Descripción 

Screen where the summary of the patient's clinical information will be displayed.


Access


  • Through the Side Bar section: To access Patient Summary, click the corresponding button on the Side Bar within the Progress Note screen. If the Patient Summary button is missing, click the Settings button on the Progress Note screen's toolbar. Then, choose the Side Bar Settings option. From the available items on the right, drag and drop the Patient Summary item into the items window at the lower left corner of any Side Bar category. Click the Save button to apply the changes. The Side Bar will update, and the Patient Summary button will now be visible under the chosen category.
  • Through the Search section: Click on the Search button located on the left side of the screen, then select the Patient Summary button.


Secciones 


Botones

  • Print: When pressed, it allows to print the CCDA, to be delivered to the patient.
  • Send: When pressed, the clinical summary will be sent to the patient through a CCDA.
    • Email: If you have the e-mail, when you send the information the patient will receive an e-mail with instructions on how to view the information.
    • Direct: If you have a “Direct” account, when you send the information, the patient will be able to log in to the patient portal page with your account to access the information.
  • Export: Allows to export the patient's CCDA.
  • Close: Closes screen. 
  • Patient Declined Summary: When pressed, he identifies that the patient was offered the clinical summary, but did not want it.
  • Name: Displays patient's name and record number.
  • Email: Displays the patient's email address. If the patient already has one registered in the “Patients” screen, it will be displayed in this box.
  • Direct: Displays the patient's portal address. If the patient already has one registered in the “Patients” screen, it will be displayed in this box.
  • What to include: Sections that can be enabled in the CCDA.
  • From/To: To filter dates.
  • Relative Time: Here you can select the relative date of the CCDA. The options are: (They can be filtered by day, week, month, quarter, semester or year).
    • All Time: It will display the information, starting from the date you selected, in the filter field.
    • This: It will display the information recorded for the current day.
    • Previous: It will display the previous day's information.


Secciones del Documento [CCDA]

  • Plan of Care: This section describes the plan of care for a particular patient, for a period of time, for a specific condition. It contains the following sections:
    • Referral to Other Provider: Registered referrals, in the “Add Referral” screen.
    • Future Appointment: Patient's pending appointments, registered in the “Appointment” screen.
    • Scheduled Imaging: Pending images saved, with future dates, in the “Orders” screen.
    • Scheduled Laboratory: Saved pending labs, with future dates or results recorded with the word “Pending” in the “Orders” screen.
    • Scheduled Procedure: Procedures saved with future dates, in the “Orders” screen.
    • Goals & Instructions: Internal referral, which is identified as the objective of treating the patient's condition. This information is filled in, in the “Plan Care” screen.
  • Allergies, Adverse Reactions and Alert**: This section describes the patient's active allergies. These allergies must have an allergic reaction.    

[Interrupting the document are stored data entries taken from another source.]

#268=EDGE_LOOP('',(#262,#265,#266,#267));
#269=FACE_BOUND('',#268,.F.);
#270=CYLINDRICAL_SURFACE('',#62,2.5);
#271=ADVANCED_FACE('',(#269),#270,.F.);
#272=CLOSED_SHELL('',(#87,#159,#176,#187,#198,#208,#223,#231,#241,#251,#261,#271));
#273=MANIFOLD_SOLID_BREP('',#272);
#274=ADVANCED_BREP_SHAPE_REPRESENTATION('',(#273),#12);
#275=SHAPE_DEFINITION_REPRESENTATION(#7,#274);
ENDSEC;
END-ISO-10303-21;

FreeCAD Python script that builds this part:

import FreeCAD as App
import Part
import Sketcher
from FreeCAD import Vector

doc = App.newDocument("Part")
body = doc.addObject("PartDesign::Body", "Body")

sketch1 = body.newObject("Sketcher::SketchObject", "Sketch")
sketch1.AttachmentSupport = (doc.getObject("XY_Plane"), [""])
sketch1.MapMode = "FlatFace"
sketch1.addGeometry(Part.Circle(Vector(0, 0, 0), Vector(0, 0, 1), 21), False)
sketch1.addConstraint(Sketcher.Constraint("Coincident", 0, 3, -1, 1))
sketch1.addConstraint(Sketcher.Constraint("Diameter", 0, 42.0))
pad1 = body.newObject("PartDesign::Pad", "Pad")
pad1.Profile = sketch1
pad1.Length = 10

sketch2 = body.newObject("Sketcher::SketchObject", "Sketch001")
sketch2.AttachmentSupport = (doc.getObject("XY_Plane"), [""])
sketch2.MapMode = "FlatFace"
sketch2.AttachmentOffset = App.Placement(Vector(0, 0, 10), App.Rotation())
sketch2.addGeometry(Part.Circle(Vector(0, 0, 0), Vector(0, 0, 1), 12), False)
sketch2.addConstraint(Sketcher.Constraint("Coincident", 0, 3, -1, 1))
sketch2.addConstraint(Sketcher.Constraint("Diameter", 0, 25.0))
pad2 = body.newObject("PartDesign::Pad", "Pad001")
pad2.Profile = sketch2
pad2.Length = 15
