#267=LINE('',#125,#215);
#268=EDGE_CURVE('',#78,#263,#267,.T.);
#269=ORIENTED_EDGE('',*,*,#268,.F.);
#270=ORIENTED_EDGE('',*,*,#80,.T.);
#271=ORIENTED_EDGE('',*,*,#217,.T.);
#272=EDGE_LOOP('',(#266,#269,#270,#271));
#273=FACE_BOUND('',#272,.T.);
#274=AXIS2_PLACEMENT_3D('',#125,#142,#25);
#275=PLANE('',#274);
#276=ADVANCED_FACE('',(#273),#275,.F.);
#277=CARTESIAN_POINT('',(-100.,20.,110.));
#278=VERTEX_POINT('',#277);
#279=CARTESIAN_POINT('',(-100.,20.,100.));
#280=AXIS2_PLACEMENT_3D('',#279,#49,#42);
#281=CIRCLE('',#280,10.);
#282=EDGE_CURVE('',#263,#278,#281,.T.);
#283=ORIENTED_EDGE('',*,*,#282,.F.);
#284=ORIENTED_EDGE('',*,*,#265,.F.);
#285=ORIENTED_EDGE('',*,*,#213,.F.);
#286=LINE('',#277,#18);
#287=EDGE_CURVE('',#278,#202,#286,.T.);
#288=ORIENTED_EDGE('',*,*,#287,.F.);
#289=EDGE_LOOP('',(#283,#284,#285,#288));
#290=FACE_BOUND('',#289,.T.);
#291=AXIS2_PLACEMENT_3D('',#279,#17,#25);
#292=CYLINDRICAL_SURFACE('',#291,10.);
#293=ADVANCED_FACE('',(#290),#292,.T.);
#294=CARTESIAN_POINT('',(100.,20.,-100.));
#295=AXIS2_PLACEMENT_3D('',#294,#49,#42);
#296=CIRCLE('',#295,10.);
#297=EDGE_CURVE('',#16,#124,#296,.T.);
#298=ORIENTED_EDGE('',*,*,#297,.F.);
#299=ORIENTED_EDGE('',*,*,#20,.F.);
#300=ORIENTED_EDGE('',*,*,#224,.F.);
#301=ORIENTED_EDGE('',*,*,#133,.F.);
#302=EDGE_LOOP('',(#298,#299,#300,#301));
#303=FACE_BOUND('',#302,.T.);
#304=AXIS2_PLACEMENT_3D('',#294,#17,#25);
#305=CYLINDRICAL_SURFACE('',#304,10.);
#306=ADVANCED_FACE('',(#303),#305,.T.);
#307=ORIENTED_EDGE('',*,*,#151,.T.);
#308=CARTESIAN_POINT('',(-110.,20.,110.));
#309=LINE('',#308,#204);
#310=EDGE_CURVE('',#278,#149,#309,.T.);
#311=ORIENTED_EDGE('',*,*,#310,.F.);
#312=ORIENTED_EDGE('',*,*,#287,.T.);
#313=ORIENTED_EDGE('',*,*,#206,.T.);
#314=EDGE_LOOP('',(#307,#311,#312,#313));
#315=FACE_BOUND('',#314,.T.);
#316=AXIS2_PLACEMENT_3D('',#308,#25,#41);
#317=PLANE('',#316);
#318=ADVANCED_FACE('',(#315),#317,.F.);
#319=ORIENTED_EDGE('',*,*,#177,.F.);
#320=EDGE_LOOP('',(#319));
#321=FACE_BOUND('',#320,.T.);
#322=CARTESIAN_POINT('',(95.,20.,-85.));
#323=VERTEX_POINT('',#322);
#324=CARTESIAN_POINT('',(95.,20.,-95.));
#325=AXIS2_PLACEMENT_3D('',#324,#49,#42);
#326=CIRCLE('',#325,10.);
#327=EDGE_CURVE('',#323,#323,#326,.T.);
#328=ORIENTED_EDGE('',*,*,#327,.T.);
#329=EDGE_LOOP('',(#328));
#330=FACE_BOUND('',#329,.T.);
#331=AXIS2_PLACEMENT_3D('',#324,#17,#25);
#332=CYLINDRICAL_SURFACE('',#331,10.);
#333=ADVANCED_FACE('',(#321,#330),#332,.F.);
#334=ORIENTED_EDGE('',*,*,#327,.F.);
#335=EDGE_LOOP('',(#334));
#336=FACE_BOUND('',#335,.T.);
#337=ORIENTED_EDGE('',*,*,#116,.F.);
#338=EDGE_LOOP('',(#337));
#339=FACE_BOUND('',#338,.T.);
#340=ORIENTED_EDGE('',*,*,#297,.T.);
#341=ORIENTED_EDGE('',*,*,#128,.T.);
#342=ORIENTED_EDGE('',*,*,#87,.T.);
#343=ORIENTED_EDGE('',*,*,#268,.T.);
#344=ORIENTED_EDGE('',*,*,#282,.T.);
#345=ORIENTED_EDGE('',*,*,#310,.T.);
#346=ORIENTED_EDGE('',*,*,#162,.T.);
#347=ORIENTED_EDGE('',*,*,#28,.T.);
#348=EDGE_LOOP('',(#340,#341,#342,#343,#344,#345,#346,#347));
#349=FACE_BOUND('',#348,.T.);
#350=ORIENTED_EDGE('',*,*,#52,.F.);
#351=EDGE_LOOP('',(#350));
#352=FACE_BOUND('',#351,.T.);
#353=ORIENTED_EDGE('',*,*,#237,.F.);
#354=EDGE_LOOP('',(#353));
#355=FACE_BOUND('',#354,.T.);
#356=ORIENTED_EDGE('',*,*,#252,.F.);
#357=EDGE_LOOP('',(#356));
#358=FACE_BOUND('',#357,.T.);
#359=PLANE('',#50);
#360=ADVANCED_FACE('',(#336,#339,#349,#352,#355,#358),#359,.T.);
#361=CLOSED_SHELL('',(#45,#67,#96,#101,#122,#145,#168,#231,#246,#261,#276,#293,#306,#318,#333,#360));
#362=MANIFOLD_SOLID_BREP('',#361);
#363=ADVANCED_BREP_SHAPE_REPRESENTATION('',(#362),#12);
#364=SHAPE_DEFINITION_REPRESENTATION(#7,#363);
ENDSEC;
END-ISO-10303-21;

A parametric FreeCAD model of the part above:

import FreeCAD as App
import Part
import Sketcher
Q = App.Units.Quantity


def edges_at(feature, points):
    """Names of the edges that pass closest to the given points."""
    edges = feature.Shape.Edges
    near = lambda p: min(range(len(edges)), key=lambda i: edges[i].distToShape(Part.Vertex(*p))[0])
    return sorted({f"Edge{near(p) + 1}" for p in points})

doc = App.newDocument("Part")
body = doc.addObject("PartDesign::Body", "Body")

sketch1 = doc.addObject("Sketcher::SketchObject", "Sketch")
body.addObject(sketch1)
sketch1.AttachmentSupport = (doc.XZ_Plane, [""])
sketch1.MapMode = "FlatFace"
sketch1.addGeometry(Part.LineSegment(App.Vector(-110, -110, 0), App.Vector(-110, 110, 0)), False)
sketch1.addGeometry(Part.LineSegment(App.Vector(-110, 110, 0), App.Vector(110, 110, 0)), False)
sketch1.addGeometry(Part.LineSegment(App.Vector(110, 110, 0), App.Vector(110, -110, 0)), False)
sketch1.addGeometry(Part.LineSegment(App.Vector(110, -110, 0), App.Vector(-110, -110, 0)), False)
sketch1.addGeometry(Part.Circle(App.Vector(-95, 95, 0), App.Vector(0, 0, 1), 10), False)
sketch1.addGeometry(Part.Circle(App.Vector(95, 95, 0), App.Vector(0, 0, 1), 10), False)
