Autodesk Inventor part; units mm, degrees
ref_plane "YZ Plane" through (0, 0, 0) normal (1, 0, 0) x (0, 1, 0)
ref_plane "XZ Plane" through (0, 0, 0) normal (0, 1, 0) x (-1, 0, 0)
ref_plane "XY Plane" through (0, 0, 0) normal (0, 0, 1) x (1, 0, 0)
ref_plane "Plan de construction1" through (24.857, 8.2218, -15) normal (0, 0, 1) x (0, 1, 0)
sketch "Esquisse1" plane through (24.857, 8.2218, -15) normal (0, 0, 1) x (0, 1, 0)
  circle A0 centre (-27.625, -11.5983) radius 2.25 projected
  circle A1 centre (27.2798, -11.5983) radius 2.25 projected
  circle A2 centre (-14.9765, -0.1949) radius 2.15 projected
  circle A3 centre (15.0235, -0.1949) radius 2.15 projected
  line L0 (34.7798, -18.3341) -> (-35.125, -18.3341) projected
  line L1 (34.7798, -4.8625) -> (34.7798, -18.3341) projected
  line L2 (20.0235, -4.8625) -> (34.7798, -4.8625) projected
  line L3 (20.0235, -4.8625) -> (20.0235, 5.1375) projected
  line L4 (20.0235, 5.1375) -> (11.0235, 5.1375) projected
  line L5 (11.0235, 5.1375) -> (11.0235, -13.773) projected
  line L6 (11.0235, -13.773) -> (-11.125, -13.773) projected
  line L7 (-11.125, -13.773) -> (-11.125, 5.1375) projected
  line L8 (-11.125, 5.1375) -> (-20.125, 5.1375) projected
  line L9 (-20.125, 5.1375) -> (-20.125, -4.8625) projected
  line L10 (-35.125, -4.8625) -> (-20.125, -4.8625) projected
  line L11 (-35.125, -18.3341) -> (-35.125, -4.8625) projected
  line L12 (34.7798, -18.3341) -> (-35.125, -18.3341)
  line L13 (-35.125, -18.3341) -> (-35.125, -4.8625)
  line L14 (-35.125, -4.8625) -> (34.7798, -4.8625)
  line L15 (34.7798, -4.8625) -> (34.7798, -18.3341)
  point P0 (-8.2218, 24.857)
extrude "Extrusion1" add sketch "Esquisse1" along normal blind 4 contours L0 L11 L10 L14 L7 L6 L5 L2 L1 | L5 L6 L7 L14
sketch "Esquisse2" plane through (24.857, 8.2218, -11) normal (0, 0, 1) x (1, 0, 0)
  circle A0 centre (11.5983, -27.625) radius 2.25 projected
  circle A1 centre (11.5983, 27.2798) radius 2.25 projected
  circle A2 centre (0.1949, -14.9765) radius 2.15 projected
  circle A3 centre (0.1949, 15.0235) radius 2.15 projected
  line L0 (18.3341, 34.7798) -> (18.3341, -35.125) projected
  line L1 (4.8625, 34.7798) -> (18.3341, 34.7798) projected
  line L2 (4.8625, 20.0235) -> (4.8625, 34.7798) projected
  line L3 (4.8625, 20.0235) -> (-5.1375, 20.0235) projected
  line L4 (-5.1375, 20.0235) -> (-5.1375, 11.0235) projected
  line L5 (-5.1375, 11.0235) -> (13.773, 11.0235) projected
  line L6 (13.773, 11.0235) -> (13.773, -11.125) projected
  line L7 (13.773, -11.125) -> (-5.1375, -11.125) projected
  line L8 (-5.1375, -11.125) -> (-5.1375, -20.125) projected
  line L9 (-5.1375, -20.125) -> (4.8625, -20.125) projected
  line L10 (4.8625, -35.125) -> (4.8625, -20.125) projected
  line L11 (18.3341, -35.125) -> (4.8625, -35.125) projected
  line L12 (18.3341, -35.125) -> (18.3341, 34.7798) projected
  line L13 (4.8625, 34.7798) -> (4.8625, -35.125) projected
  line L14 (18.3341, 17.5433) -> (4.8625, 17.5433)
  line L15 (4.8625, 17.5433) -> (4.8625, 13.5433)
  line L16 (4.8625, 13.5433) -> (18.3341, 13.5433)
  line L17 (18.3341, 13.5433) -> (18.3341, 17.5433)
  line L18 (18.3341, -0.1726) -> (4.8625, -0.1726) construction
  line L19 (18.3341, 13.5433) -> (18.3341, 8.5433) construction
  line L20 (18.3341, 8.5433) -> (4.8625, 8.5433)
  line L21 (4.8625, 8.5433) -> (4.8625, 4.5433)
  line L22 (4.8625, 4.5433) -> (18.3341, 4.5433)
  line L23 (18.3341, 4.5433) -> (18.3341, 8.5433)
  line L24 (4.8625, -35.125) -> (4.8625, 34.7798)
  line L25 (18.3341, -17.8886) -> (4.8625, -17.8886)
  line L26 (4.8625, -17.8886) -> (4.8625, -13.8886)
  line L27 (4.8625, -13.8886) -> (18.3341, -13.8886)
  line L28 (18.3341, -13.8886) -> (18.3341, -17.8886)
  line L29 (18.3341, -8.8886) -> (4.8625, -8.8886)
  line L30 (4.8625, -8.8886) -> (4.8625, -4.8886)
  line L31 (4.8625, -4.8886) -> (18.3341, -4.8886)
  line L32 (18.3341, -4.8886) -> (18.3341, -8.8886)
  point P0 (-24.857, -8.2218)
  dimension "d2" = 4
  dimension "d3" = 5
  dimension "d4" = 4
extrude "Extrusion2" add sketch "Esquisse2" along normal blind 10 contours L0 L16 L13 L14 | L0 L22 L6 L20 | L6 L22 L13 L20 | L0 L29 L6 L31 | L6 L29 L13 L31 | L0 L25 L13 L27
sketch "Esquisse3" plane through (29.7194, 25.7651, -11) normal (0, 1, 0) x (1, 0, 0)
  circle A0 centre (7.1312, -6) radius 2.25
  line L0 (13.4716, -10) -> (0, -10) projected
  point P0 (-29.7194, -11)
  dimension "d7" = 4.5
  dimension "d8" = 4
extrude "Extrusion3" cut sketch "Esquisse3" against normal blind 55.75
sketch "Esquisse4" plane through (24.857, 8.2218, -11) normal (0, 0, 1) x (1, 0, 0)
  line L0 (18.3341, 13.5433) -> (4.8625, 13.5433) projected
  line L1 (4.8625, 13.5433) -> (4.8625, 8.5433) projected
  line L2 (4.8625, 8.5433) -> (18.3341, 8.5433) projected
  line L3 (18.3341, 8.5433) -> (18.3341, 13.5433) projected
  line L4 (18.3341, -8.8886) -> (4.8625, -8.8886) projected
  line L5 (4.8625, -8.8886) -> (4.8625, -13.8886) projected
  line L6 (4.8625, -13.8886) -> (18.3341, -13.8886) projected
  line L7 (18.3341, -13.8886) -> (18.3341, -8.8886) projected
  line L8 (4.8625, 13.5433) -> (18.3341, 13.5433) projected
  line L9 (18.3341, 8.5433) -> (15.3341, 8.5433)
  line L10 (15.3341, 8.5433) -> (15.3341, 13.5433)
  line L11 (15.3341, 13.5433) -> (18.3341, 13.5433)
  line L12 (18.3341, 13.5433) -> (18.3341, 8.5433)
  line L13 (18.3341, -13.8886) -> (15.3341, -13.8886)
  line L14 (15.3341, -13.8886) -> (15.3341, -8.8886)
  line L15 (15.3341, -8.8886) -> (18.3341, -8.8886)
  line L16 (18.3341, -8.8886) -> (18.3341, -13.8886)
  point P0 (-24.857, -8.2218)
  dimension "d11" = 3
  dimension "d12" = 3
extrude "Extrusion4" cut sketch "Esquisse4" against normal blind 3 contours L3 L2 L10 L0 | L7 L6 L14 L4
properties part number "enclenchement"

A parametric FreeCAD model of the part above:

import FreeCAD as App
import Part
import Sketcher


def add_polygon(sketch, points):
    """Adds a closed chain of lines whose ends are joined by coincident constraints."""
    first, n = sketch.GeometryCount, len(points)
    for a, b in zip(points, points[1:] + points[:1]):
        sketch.addGeometry(Part.LineSegment(App.Vector(*a, 0), App.Vector(*b, 0)), False)
    for i in range(n):
        sketch.addConstraint(Sketcher.Constraint("Coincident", first + i, 2, first + (i + 1) % n, 1))

doc = App.newDocument("Part")
body = doc.addObject("PartDesign::Body", "Body")

# Sketch on XY plane
sketch1 = doc.addObject("Sketcher::SketchObject", "Sketch")
body.addObject(sketch1)
sketch1.AttachmentSupport = (doc.XY_Plane, [""])
sketch1.MapMode = "FlatFace"
sketch1.AttachmentOffset = App.Placement(App.Vector(0, 0, -15), App.Rotation())
add_polygon(sketch1, [(43.1911, -26.9032), (43.1911, 43.0016), (29.7195, 43.0016), (29.7195, -26.9032)])  # lines 0-3
sketch1.addGeometry(Part.Circle(App.Vector(36.4553, -19.4032, 0), App.Vector(0, 0, 1), 2.25), False)  # 4
sketch1.addGeometry(Part.Circle(App.Vector(36.4553, 35.5016, 0), App.Vector(0, 0, 1), 2.25), False)  # 5
sketch1.addConstraint([
    Sketcher.Constraint("Vertical", 0),
    Sketcher.Constraint("Horizontal", 1),
    Sketcher.Constraint("Vertical", 2),
    Sketcher.Constraint("Horizontal", 3),
    Sketcher.Constraint("Equal", 4, 5),
    Sketcher.Constraint("Vertical", 4, 3, 5, 3),
    Sketcher.Constraint("Diameter", 4, 4.5),
    Sketcher.Constraint("DistanceY", 5, 3, 0, 2, 7.5),
    Sketcher.Constraint("DistanceY", 2, 2, 4, 3, 7.5),
    Sketcher.Constraint("DistanceX", 1, 2, 1, 1, 13.4716),
    Sketcher.Constraint("DistanceY", 0, 1, 0, 2, 69.9048),
    Sketcher.Constraint("DistanceX", -1, 1, 0, 2, 43.191),
    Sketcher.Constraint("DistanceX", -1, 1, 4, 3, 36.4553),
    Sketcher.Constraint("DistanceY", 4, 3, -1, 1, 19.4032),
])
pad1 = doc.addObject("PartDesign::Pad", "Pad")
body.addObject(pad1)
pad1.Profile = sketch1
pad1.Length = 4

# Sketch on XY plane
sketch2 = doc.addObject("Sketcher::SketchObject", "Sketch001")
body.addObject(sketch2)
sketch2.AttachmentSupport = (doc.XY_Plane, [""])
sketch2.MapMode = "FlatFace"
sketch2.AttachmentOffset = App.Placement(App.Vector(0, 0, -11), App.Rotation())
add_polygon(sketch2, [(43.1911, 21.7651), (43.1911, 25.7651), (29.7195, 25.7651), (29.7195, 21.7651)])  # lines 0-3
add_polygon(sketch2, [(43.1911, 12.7651), (43.1911, 16.7651), (29.7195, 16.7651), (29.7195, 12.7651)])  # lines 4-7
add_polygon(sketch2, [(43.1911, -0.6668), (43.1911, 3.3332), (29.7195, 3.3332), (29.7195, -0.6668)])  # lines 8-11
add_polygon(sketch2, [(43.1911, -9.6668), (43.1911, -5.6668), (29.7195, -5.6668), (29.7195, -9.6668)])  # lines 12-15
sketch2.addConstraint([
    Sketcher.Constraint("Vertical", 0),
    Sketcher.Constraint("Horizontal", 1),
    Sketcher.Constraint("Vertical", 2),
    Sketcher.Constraint("Horizontal", 3),
    Sketcher.Constraint("Vertical", 4),
    Sketcher.Constraint("Horizontal", 5),
    Sketcher.Constraint("Vertical", 6),
    Sketcher.Constraint("Horizontal", 7),
    Sketcher.Constraint("Vertical", 8),
    Sketcher.Constraint("Horizontal", 9),
    Sketcher.Constraint("Vertical", 10),
    Sketcher.Constraint("Horizontal", 11),
    Sketcher.Constraint("Vertical", 12),
    Sketcher.Constraint("Horizontal", 13),
    Sketcher.Constraint("Vertical", 14),
    Sketcher.Constraint("Horizontal", 15),
    Sketcher.Constraint("Vertical", 3, 2, 4, 2),
    Sketcher.Constraint("Vertical", 2, 2, 5, 2),
    Sketcher.Constraint("Vertical", 7, 2, 8, 2),
    Sketcher.Constraint("Vertical", 6, 2, 9, 2),
    Sketcher.Constraint("Vertical", 11, 2, 12, 2),
    Sketcher.Constraint("Vertical", 10, 2, 13, 2),
    Sketcher.Constraint("Equal", 2, 4),
    Sketcher.Constraint("Equal", 6, 8),
    Sketcher.Constraint("Equal", 10, 12),
    Sketcher.Constraint("DistanceY", 0, 1, 0, 2, 4.0),
    Sketcher.Constraint("DistanceY", 4, 2, 3, 2, 5.0),
    Sketcher.Constraint("DistanceY", 12, 2, 11, 2, 5.0),
    Sketcher.Constraint("DistanceX", 1, 2, 1, 1, 13.4716),
    Sketcher.Constraint("DistanceX", -1, 1, 0, 2, 43.191),
    Sketcher.Constraint("DistanceY", -1, 1, 0, 2, 25.765),
    Sketcher.Constraint("DistanceY", 8, 2, 7, 2, 9.432),
])
pad2 = doc.addObject("PartDesign::Pad", "Pad001")
body.addObject(pad2)
pad2.Profile = sketch2
pad2.Length = 10

# Sketch on XZ plane
sketch3 = doc.addObject("Sketcher::SketchObject", "Sketch002")
body.addObject(sketch3)
sketch3.AttachmentSupport = (doc.XZ_Plane, [""])
sketch3.MapMode = "FlatFace"
sketch3.AttachmentOffset = App.Placement(App.Vector(0, 0, -25.7651), App.Rotation())
sketch3.addGeometry(Part.Circle(App.Vector(36.8506, -5, 0), App.Vector(0, 0, 1), 2.25), False)
sketch3.addConstraint([
    Sketcher.Constraint("Diameter", 0, 4.5),
    Sketcher.Constraint("DistanceY", 0, 3, -1, 1, 5.0),
    Sketcher.Constraint("DistanceX", -1, 1, 0, 3, 36.8506),
])
pocket1 = doc.addObject("PartDesign::Pocket", "Pocket")
body.addObject(pocket1)
pocket1.Profile = sketch3
pocket1.Length = 55.75
pocket1.Reversed = True

# Sketch on XY plane
sketch4 = doc.addObject("Sketcher::SketchObject", "Sketch003")
body.addObject(sketch4)
sketch4.AttachmentSupport = (doc.XY_Plane, [""])
sketch4.MapMode = "FlatFace"
sketch4.AttachmentOffset = App.Placement(App.Vector(0, 0, -11), App.Rotation())
add_polygon(sketch4, [(43.1911, 16.7651), (43.1911, 21.7651), (40.1911, 21.7651), (40.1911, 16.7651)])  # lines 0-3
add_polygon(sketch4, [(43.1911, -5.6668), (43.1911, -0.6668), (40.1911, -0.6668), (40.1911, -5.6668)])  # lines 4-7
sketch4.addConstraint([
    Sketcher.Constraint("Vertical", 0),
    Sketcher.Constraint("Horizontal", 1),
    Sketcher.Constraint("Vertical", 2),
    Sketcher.Constraint("Horizontal", 3),
    Sketcher.Constraint("Vertical", 4),
    Sketcher.Constraint("Horizontal", 5),
    Sketcher.Constraint("Vertical", 6),
    Sketcher.Constraint("Horizontal", 7),
    Sketcher.Constraint("Vertical", 3, 2, 4, 2),
    Sketcher.Constraint("Vertical", 2, 2, 5, 2),
    Sketcher.Constraint("Equal", 2, 4),
    Sketcher.Constraint("DistanceX", 1, 2, 1, 1, 3.0),
    Sketcher.Constraint("DistanceY", 0, 1, 0, 2, 5.0),
    Sketcher.Constraint("DistanceX", -1, 1, 0, 2, 43.191),
    Sketcher.Constraint("DistanceY", -1, 1, 0, 2, 21.765),
    Sketcher.Constraint("DistanceY", 4, 2, 3, 2, 17.432),
])
pocket2 = doc.addObject("PartDesign::Pocket", "Pocket001")
body.addObject(pocket2)
pocket2.Profile = sketch4
pocket2.Length = 3

doc.recompute()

  • Medications**: This section displays the patient's active medications. Information registered in the “Medications” screen.
    • Importante Note: The drug must contain the RxNorm code for the drug to appear in this section.                                                                   
  • Problems**: Displays the patient's active diagnoses. 
    • Important Note: It will only display those diagnoses that are ICD10.
                                                                                   

  • Encounters: Displays the selected diagnosis at the end of the meeting.
    • Important Note: For this information to be displayed, the diagnosis selected must be an ICD10 code and must have “Snomed” assigned to it.                                                                                     
  • Immunizations**: Displays the active vaccines registered to the patient.


  • Social History: Displays the patient's social history, which is filled in the “Smoking Status” screen. Here also, the patient's sex at birth is displayed.


  • Results**: Displays the results of orders registered to the patient. This information is recorded in the “Add Order Result” screen.
    • Important Note: In order for this information to be displayed, the procedures recorded in the lab result must have a “Loinc” number mapped to the “Setting/Clinical/Orders” screen.
  • Vital Signs: Displays the recorded information on the "Vital Signs" screen.


  • Health Concerns Sections: Displays information regarding the patient's concerns.
  • Procedures**: Shows the active procedures that are registered to the patient.


  • Functional Status: Displays the “Functional Status” information, recorded in the “Functional Status” tab, on the “Custom Evaluation” screen.
  • Mental Status: Displays the patient's mental status information. This information is recorded, in the “Cognitive Status” tab, in the “Custom Evaluation” screen and also in the “Evaluation Forms” screen.
  • Goals Sections: Displays the information of the goals and instructions sent to the patient. This information is recorded in the “Plan of Care” screen.
  • Assessments: Display the narrative of the patient's clinical evaluation.
  • Reason For Referral: Displays the reason for which the patient is being referred.
  • Medical Equipment: Displays the medical equipment that the patient uses.
  • Treatment Plan: In this section, the treatment plan to be sent to the patient is displayed.